No, no...I'm not "after" her to court her or anything. She's just a very attractive young lady. Yeah, I'm engaged - I have to keep telling myself. :hat:


----------



## John P (Sep 1, 1999)

I've been involved in putting together a lot of corporate training films lately. including sexual harassment ones. Best to just shut up and not give the company lawyers anything to do. 

Become friends if you can. Sometime down the road, when you're on good freindly terms, you can maybe say "hey, btw, did I ever tell you ..." just to make her feel good.

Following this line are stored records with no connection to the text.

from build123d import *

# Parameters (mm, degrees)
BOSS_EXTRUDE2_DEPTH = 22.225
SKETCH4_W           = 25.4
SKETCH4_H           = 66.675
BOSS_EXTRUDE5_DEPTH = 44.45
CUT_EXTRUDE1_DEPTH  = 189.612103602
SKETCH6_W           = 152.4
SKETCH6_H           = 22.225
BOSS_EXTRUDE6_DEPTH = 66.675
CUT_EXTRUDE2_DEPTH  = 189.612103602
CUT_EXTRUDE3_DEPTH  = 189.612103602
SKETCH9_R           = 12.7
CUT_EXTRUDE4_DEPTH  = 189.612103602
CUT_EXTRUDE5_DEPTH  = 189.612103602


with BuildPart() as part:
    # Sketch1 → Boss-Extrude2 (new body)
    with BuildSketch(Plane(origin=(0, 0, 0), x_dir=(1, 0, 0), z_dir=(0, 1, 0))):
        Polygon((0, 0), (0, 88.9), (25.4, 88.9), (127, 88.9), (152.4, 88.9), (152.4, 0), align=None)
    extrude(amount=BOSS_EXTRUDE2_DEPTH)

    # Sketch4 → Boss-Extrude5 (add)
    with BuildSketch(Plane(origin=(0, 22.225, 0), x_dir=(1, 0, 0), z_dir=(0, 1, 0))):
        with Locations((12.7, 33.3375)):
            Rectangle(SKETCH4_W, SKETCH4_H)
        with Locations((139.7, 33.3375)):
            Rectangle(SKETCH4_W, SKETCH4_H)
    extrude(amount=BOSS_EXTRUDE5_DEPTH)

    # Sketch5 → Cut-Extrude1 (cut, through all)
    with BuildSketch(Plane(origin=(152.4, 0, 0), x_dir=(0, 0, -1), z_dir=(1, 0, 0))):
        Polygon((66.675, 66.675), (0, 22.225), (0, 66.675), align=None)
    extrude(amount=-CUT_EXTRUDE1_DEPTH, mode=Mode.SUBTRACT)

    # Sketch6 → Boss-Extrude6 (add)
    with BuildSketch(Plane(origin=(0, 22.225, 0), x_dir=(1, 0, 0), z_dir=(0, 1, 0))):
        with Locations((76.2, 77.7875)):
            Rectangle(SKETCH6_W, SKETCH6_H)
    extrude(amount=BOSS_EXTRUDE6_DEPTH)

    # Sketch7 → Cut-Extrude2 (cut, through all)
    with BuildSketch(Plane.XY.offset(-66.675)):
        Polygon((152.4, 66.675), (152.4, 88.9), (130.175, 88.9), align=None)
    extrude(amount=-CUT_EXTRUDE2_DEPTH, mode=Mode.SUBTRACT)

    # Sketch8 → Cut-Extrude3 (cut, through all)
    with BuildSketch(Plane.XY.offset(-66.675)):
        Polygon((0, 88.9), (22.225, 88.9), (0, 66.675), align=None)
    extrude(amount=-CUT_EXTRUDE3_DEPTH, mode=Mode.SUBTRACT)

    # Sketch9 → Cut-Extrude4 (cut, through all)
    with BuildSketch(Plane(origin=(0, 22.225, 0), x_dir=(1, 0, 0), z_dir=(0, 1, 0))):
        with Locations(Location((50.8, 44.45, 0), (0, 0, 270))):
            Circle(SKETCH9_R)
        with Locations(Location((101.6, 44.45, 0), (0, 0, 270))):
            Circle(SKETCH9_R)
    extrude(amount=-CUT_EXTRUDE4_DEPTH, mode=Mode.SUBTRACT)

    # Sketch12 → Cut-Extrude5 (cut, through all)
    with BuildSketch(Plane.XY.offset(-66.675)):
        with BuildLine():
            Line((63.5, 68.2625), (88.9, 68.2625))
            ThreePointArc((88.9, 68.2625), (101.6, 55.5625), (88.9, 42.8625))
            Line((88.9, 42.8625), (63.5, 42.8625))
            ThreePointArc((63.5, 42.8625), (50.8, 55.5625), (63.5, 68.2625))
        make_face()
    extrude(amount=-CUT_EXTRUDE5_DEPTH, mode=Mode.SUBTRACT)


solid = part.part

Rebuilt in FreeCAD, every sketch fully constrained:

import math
import FreeCAD as App
import Part
import Sketcher
Q = App.Units.Quantity

doc = App.newDocument("Part")
params = doc.addObject("Spreadsheet::Sheet", "Params")
for row, (alias, value) in enumerate([
    ("sketch1_width", "6 in"),
    ("sketch1_height", "3.5 in"),
    ("pad1_length", "0.875 in"),
    ("sketch2_width", "1 in"),
    ("sketch2_height", "2.625 in"),
    ("pad2_length", "1.75 in"),
    ("sketch3_width", "1.75 in"),
    ("sketch3_height", "2.625 in"),
    ("sketch4_width", "6 in"),
    ("sketch4_height", "0.875 in"),
    ("pad3_length", "2.625 in"),
    ("sketch5_width", "0.875 in"),
    ("sketch6_width", "0.875 in"),
    ("sketch7_diameter", "1 in"),
    ("sketch8_radius", "0.5 in"),
    ("sketch8_width", "1 in"),
], start=1):
    params.set(f"A{row}", alias)
    params.set(f"B{row}", "=" + value)
    params.setAlias(f"B{row}", alias)

body = doc.addObject("PartDesign::Body", "Body")

sketch1 = doc.addObject("Sketcher::SketchObject", "Sketch")
body.addObject(sketch1)
sketch1.AttachmentSupport = (doc.XZ_Plane, [""])
sketch1.MapMode = "FlatFace"
sketch1.addGeometry(Part.LineSegment(App.Vector(0, -88.9, 0), App.Vector(0, 0, 0)), False)
sketch1.addGeometry(Part.LineSegment(App.Vector(0, 0, 0), App.Vector(152.4, 0, 0)), False)
sketch1.addGeometry(Part.LineSegment(App.Vector(152.4, 0, 0), App.Vector(152.4, -88.9, 0)), False)
sketch1.addGeometry(Part.LineSegment(App.Vector(152.4, -88.9, 0), App.Vector(0, -88.9, 0)), False)
sketch1.addConstraint(Sketcher.Constraint("Coincident", 0, 2, 1, 1))
sketch1.addConstraint(Sketcher.Constraint("Coincident", 1, 2, 2, 1))
sketch1.addConstraint(Sketcher.Constraint("Coincident", 2, 2, 3, 1))
sketch1.addConstraint(Sketcher.Constraint("Coincident", 3, 2, 0, 1))
sketch1.addConstraint(Sketcher.Constraint("Vertical", 0))
sketch1.addConstraint(Sketcher.Constraint("Horizontal", 1))
sketch1.addConstraint(Sketcher.Constraint("Vertical", 2))
sketch1.addConstraint(Sketcher.Constraint("Horizontal", 3))
sketch1.addConstraint(Sketcher.Constraint("Coincident", 0, 2, -1, 1))
sketch1.addConstraint(Sketcher.Constraint("DistanceX", 1, 1, 1, 2, Q("6 in")))
sketch1.addConstraint(Sketcher.Constraint("DistanceY", 0, 1, 0, 2, Q("3.5 in")))
sketch1.setExpression("Constraints[9]", "Params.sketch1_width")
sketch1.setExpression("Constraints[10]", "Params.sketch1_height")
pad1 = doc.addObject("PartDesign::Pad", "Pad")
body.addObject(pad1)
pad1.Profile = sketch1
pad1.setExpression("Length", "Params.pad1_length")
pad1.Reversed = True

The hottest chick I know is the exec sec in marketing at work. She makes Mrs. Peel look like Rosa Klebb, and she's an absolute sweetheart. I've known her for 18 years. After the first few years she knew perfectly well how I feel about her, and I know perfectly well she ain't interested. And we leave it right. there.


----------



## ChrisDoll (Sep 2, 1999)

Babaganoosh said:


> I wanna know how would I approach her and tell her that she's centerfold material or inform Playboy that there's an untapped resource here and they need to offer her some big bucks for a spread.


You should go right ahead and use those very lines verbatim.


----------



## Babaganoosh (Dec 16, 2004)

heh heh!

Gigitty!


----------



## fluke (Feb 27, 2001)

Chris Doll did the same thing.....Thats why he's in the mail room now  

Hows that book coming along Chris.....what was it again......OH YEAH


----------



## scotpens (Sep 6, 2003)

John P said:


> I've been involved in putting together a lot of corporate training films lately. including sexual harassment ones. Best to just shut up and not give the company lawyers anything to do.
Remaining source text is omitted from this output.